The result of these experiments although showing great improvement, were not satisfactory owing to the uneven distribution of coarse and fine over the roller feed of due to the conning of the material in the hopper. We must confess that for some unknown reason we neglected to make any provision to prevent this. We immediately set to work on the problem and found it very hard to solve. Our roller feed extends over four bunks of screens to prevent this. We immediately set to work on the problem and found it very hard to solve. Our roller feed extends over four bunks of someone so that the outer banks received most of the coarse while the inner received the fines. After about two weeks of experimenting we have finally obtained an arrangement which is fairly satisfactory but which we hope to improve whenever we have the opportunity during regular running. We are at present putting in this distributing apparatus or arrangement throughout the screening apparatus and will start again this afternoon on experiments. Just when these experiments will be finished we are unable to state definitely but as we have had the experience of the other tests we think that it will only occupy a few days.
We are intending to wait until these experiments were completed before sending another report but as they are occupying so much time we send this today.

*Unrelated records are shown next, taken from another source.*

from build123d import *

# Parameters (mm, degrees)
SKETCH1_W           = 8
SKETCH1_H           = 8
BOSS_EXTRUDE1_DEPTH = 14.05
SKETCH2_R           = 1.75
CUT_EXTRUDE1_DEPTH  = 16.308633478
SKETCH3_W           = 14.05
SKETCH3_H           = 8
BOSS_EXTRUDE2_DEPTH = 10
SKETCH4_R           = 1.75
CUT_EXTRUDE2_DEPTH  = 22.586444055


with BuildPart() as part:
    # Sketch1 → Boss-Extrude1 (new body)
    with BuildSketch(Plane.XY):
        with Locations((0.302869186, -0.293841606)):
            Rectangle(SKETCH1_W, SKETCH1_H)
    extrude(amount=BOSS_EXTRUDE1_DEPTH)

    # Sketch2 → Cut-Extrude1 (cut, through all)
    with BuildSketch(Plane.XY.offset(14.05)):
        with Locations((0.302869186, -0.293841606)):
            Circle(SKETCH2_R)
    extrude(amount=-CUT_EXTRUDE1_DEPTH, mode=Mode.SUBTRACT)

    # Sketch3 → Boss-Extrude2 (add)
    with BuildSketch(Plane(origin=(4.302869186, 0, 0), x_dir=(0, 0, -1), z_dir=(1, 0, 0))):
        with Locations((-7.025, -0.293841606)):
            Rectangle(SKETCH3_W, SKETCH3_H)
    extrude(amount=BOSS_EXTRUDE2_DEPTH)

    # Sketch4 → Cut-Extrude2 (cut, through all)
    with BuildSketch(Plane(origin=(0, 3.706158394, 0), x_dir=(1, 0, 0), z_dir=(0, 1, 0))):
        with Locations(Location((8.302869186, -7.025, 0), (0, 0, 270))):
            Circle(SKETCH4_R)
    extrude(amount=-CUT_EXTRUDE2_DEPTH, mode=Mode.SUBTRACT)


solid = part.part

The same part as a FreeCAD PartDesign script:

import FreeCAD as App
import Part
import Sketcher
from FreeCAD import Vector


def add_polygon(sketch, points):
    """Adds a closed chain of lines whose ends are joined by coincident constraints."""
    first, n = sketch.GeometryCount, len(points)
    for a, b in zip(points, points[1:] + points[:1]):
        sketch.addGeometry(Part.LineSegment(App.Vector(*a, 0), App.Vector(*b, 0)), False)
    for i in range(n):
        sketch.addConstraint(Sketcher.Constraint("Coincident", first + i, 2, first + (i + 1) % n, 1))

doc = App.newDocument("Part")
body = doc.addObject("PartDesign::Body", "Body")

# Sketch on XY plane
sketch1 = doc.addObject("Sketcher::SketchObject", "Sketch")
body.addObject(sketch1)
sketch1.AttachmentSupport = (doc.XY_Plane, [""])
sketch1.MapMode = "FlatFace"
add_polygon(sketch1, [(-4, 4), (-4, -4), (4, -4), (4, 4)])  # lines 0-3
sketch1.addConstraint([
    Sketcher.Constraint("Vertical", 0),
    Sketcher.Constraint("Horizontal", 1),
    Sketcher.Constraint("Vertical", 2),
    Sketcher.Constraint("Horizontal", 3),
    Sketcher.Constraint("Equal", 3, 0),
    Sketcher.Constraint("DistanceX", 1, 1, 1, 2, 8.0),
    Sketcher.Constraint("DistanceX", 0, 2, -1, 1, 3.697131),
    Sketcher.Constraint("DistanceY", 0, 2, -1, 1, 4.293842),
])
pad1 = doc.addObject("PartDesign::Pad", "Pad")
body.addObject(pad1)
pad1.Profile = sketch1
pad1.Length = 14.05

# Sketch on XY plane
sketch2 = doc.addObject("Sketcher::SketchObject", "Sketch001")
body.addObject(sketch2)
sketch2.AttachmentSupport = (doc.XY_Plane, [""])
sketch2.MapMode = "FlatFace"
sketch2.AttachmentOffset = App.Placement(Vector(0, 0, 14.05), App.Rotation())
sketch2.addGeometry(Part.Circle(Vector(0.3, -0.3, 0), Vector(0, 0, 1), 1.8), False)
sketch2.addConstraint([
    Sketcher.Constraint("Diameter", 0, 3.5),
    Sketcher.Constraint("DistanceX", -1, 1, 0, 3, 0.302869),
    Sketcher.Constraint("DistanceY", 0, 3, -1, 1, 0.293842),
])
pocket1 = doc.addObject("PartDesign::Pocket", "Pocket")
body.addObject(pocket1)
pocket1.Profile = sketch2
pocket1.Type = "ThroughAll"

# Sketch on YZ plane
sketch3 = doc.addObject("Sketcher::SketchObject", "Sketch002")
body.addObject(sketch3)
sketch3.AttachmentSupport = (doc.YZ_Plane, [""])
sketch3.MapMode = "FlatFace"
sketch3.AttachmentOffset = App.Placement(Vector(0, 0, 4.302869), App.Rotation())
add_polygon(sketch3, [(4, 14), (-4, 14), (-4, 0), (4, 0)])  # lines 0-3
sketch3.addConstraint([
    Sketcher.Constraint("Horizontal", 0),
    Sketcher.Constraint("Vertical", 1),
    Sketcher.Constraint("Horizontal", 2),
    Sketcher.Constraint("Vertical", 3),
    Sketcher.Constraint("PointOnObject", 1, 2, -1),
    Sketcher.Constraint("DistanceX", 0, 2, 0, 1, 8.0),
    Sketcher.Constraint("DistanceY", 1, 2, 1, 1, 14.05),
    Sketcher.Constraint("DistanceX", 0, 2, -1, 1, 4.293842),
])
pad2 = doc.addObject("PartDesign::Pad", "Pad001")
body.addObject(pad2)
pad2.Profile = sketch3
pad2.Length = 10

# Sketch on XZ plane
sketch4 = doc.addObject("Sketcher::SketchObject", "Sketch003")
body.addObject(sketch4)
sketch4.AttachmentSupport = (doc.XZ_Plane, [""])
sketch4.MapMode = "FlatFace"
sketch4.AttachmentOffset = App.Placement(Vector(0, 0, -3.706158), App.Rotation())
sketch4.addGeometry(Part.Circle(Vector(8.3, 7, 0), Vector(0, 0, 1), 1.8), False)
sketch4.addConstraint([
    Sketcher.Constraint("Diameter", 0, 3.5),
    Sketcher.Constraint("DistanceY", -1, 1, 0, 3, 7.025),
    Sketcher.Constraint("DistanceX", -1, 1, 0, 3, 8.302869),
])
pocket2 = doc.addObject("PartDesign::Pocket", "Pocket001")
body.addObject(pocket2)
pocket2.Profile = sketch4
pocket2.Type = "ThroughAll"
pocket2.Reversed = True

doc.recompute()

All these experiments have been carried on with material from the excavation for the Mill and we intend using this material throughout all the preliminary runs and tests as there is a large amount of it which must be removed from its present position. We do not intend using any material from the shaft until every thing is in perfect order so that there will be no loss of material or work when the actual tests begin.
In regard to construction work we have lately completed the dryerhouse and a roofing over the runway which we find necessary owing to the frequent rains. The runway, you know, is used for the carting of the fines to the storage bins and the sized material to the separator apparatus.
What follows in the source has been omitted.